Я снова вспомнила газетную статью. Там что-то говорилось о жидкостях, ускоривших горение. О канистрах бензина и бутылках шнапса.
– Но почему? Почему он больше не хотел жить?
– Ну, – Дэвид засунул руки в карманы брюк, – если говорить кратко, у него была депрессия. Из-за чего он несколько раз лечился в психушке. Это объяснение звучит слишком просто. А Кевин был устроен сложно. Понимаешь?
Я кивнула. Значит, Кевин тоже был фриком. Как я.
– Не то чтобы мы дружили, – продолжил Дэвид, глядя на место пожара. – Кевин был гениальным басистом, настоящий талант. Он мог далеко пойти. Но во всем остальном… – Он не договорил, разрывая носком кроссовка пепел.
– Что ты хочешь сказать?
Дэвид взглянул на меня беспомощно. Но мой вопросительный взгляд подбодрил его, и он продолжил.
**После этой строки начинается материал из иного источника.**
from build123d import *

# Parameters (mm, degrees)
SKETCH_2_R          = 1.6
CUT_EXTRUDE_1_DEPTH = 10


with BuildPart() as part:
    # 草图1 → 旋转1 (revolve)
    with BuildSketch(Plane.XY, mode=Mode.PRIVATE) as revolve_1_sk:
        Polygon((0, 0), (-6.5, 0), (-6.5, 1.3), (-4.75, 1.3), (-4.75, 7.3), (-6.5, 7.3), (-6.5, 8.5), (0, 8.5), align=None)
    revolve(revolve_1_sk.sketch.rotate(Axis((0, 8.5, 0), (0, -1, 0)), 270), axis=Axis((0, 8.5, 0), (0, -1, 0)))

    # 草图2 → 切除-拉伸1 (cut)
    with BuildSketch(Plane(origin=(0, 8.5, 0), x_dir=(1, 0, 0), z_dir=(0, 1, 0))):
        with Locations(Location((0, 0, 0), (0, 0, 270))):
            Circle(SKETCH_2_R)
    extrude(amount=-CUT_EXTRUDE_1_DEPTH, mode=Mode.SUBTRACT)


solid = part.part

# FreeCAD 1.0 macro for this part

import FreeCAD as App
import Part
import Sketcher
from FreeCAD import Vector
Q = App.Units.Quantity

doc = App.newDocument("Part")
body = doc.addObject("PartDesign::Body", "Body")

# Sketch on XY plane
sketch1 = body.newObject("Sketcher::SketchObject", "Sketch")
sketch1.AttachmentSupport = (doc.getObject("XY_Plane"), [""])
sketch1.MapMode = "FlatFace"
sketch1.addGeometry(Part.LineSegment(Vector(-6.5, 0, 0), Vector(0, 0, 0)), False)
sketch1.addGeometry(Part.LineSegment(Vector(0, 0, 0), Vector(0, 8.5, 0)), False)
sketch1.addGeometry(Part.LineSegment(Vector(0, 8.5, 0), Vector(-6.5, 8.5, 0)), False)
sketch1.addGeometry(Part.LineSegment(Vector(-6.5, 8.5, 0), Vector(-6.5, 7.3, 0)), False)
sketch1.addGeometry(Part.LineSegment(Vector(-6.5, 7.3, 0), Vector(-4.8, 7.3, 0)), False)
sketch1.addGeometry(Part.LineSegment(Vector(-4.8, 7.3, 0), Vector(-4.8, 1.3, 0)), False)
sketch1.addGeometry(Part.LineSegment(Vector(-4.8, 1.3, 0), Vector(-6.5, 1.3, 0)), False)
sketch1.addGeometry(Part.LineSegment(Vector(-6.5, 1.3, 0), Vector(-6.5, 0, 0)), False)
sketch1.addConstraint(Sketcher.Constraint("Coincident", 0, 2, 1, 1))
sketch1.addConstraint(Sketcher.Constraint("Coincident", 1, 2, 2, 1))
sketch1.addConstraint(Sketcher.Constraint("Coincident", 2, 2, 3, 1))
sketch1.addConstraint(Sketcher.Constraint("Coincident", 3, 2, 4, 1))
sketch1.addConstraint(Sketcher.Constraint("Coincident", 4, 2, 5, 1))
sketch1.addConstraint(Sketcher.Constraint("Coincident", 5, 2, 6, 1))
sketch1.addConstraint(Sketcher.Constraint("Coincident", 6, 2, 7, 1))
sketch1.addConstraint(Sketcher.Constraint("Coincident", 7, 2, 0, 1))
sketch1.addConstraint(Sketcher.Constraint("Horizontal", 0))
sketch1.addConstraint(Sketcher.Constraint("Vertical", 1))
sketch1.addConstraint(Sketcher.Constraint("Horizontal", 2))
sketch1.addConstraint(Sketcher.Constraint("Vertical", 3))
sketch1.addConstraint(Sketcher.Constraint("Horizontal", 4))
sketch1.addConstraint(Sketcher.Constraint("Vertical", 5))
sketch1.addConstraint(Sketcher.Constraint("Horizontal", 6))
sketch1.addConstraint(Sketcher.Constraint("Vertical", 7))
sketch1.addConstraint(Sketcher.Constraint("Coincident", 0, 2, -1, 1))
sketch1.addConstraint(Sketcher.Constraint("Vertical", 3, 2, 6, 2))
sketch1.addConstraint(Sketcher.Constraint("DistanceY", 5, 2, 5, 1, Q("6 mm")))
sketch1.addConstraint(Sketcher.Constraint("DistanceX", 0, 1, 0, 2, Q("6.5 mm")))
sketch1.addConstraint(Sketcher.Constraint("DistanceY", 1, 1, 1, 2, Q("8.5 mm")))
sketch1.addConstraint(Sketcher.Constraint("DistanceY", 3, 2, 3, 1, Q("1.2 mm")))
sketch1.addConstraint(Sketcher.Constraint("DistanceX", 4, 1, 4, 2, Q("1.75 mm")))
revolution = body.newObject("PartDesign::Revolution", "Revolution")
revolution.Profile = sketch1
revolution.ReferenceAxis = (sketch1, ["V_Axis"])
revolution.Angle = 360

# Sketch on XZ plane
sketch2 = body.newObject("Sketcher::SketchObject", "Sketch001")
sketch2.AttachmentSupport = (doc.getObject("XZ_Plane"), [""])
sketch2.MapMode = "FlatFace"
sketch2.AttachmentOffset = App.Placement(Vector(0, 0, -8.5), App.Rotation())
sketch2.addGeometry(Part.Circle(Vector(0, 0, 0), Vector(0, 0, 1), 1.6), False)
sketch2.addConstraint(Sketcher.Constraint("Coincident", 0, 3, -1, 1))
sketch2.addConstraint(Sketcher.Constraint("Diameter", 0, Q("3.2 mm")))
pocket1 = body.newObject("PartDesign::Pocket", "Pocket")
pocket1.Profile = sketch2
pocket1.Length = 10
pocket1.Reversed = True

doc.recompute()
– О мертвых плохо не говорят, но… Кевин мог себя вести как настоящий придурок. Он всегда думал только о себе. Он знать не знал о таких вещах, как дружба и привязанность. Мы находили с ним общий язык на репетициях и выступлениях, однако с ним всегда было трудно. Насколько я знаю, отец бросил их с матерью еще до рождения Кевина. Ушел от беременной жены. Возможно, потому что уже тогда она была алкоголичкой. Я никогда не видел мать Кевина трезвой – думаю, это было ее обычное состояние.
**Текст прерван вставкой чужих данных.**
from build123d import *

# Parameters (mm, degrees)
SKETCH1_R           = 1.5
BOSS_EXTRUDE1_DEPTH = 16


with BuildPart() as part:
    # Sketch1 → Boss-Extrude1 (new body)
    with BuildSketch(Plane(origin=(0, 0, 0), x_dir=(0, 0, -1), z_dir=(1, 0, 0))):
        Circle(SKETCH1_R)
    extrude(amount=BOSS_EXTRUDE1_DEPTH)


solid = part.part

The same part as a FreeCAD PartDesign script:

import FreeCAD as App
import Part
import Sketcher
from FreeCAD import Vector
Q = App.Units.Quantity

doc = App.newDocument("Part")
body = doc.addObject("PartDesign::Body", "Body")

sketch1 = doc.addObject("Sketcher::SketchObject", "Sketch")
body.addObject(sketch1)
sketch1.AttachmentSupport = (doc.YZ_Plane, [""])
sketch1.MapMode = "FlatFace"
sketch1.addGeometry(Part.Circle(Vector(0, 0, 0), Vector(0, 0, 1), 1.5), False)
sketch1.addConstraint([
    Sketcher.Constraint("Coincident", 0, 3, -1, 1),
    Sketcher.Constraint("Diameter", 0, Q("3 mm")),
])
pad1 = doc.addObject("PartDesign::Pad", "Pad")
body.addObject(pad1)
pad1.Profile = sketch1
pad1.Length = 16

doc.recompute()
«Разумеется, ему было плохо», – подумала я. В клинике я познакомилась со многими детьми алкоголиков. А уж о том, как можно злиться на собственного отца, бросающего ребенка в беде, мне было известно как никому другому.
– Насколько я могу судить, Кевин был воплощением эгоизма. Может, слышала, как говорили про него? Кевин – это не имя, это диагноз. Так оно и было. Если бы он не был гениальным бас-гитаристом, мы бы вообще не стали с ним связываться.
Чтобы защитить других, «но также ради его собственного блага», как сказал бы господин Суперкорректность из гимназии.
– Значит, у него не было близкого человека, – сделала вывод я.
– Поначалу он был одинок, – ответил Дэвид, – но потом появилась Ронья. Она была такая же, как он, – два сапога пара. Она носила черные шмотки, сделала прическу как у готов и носила все эти ужасные амулеты. Точно так же, как Кевин. Именно ей мы обязаны названием своей команды. «Семейка Барлоу». Как верховный вампир в романе Стивена Кинга.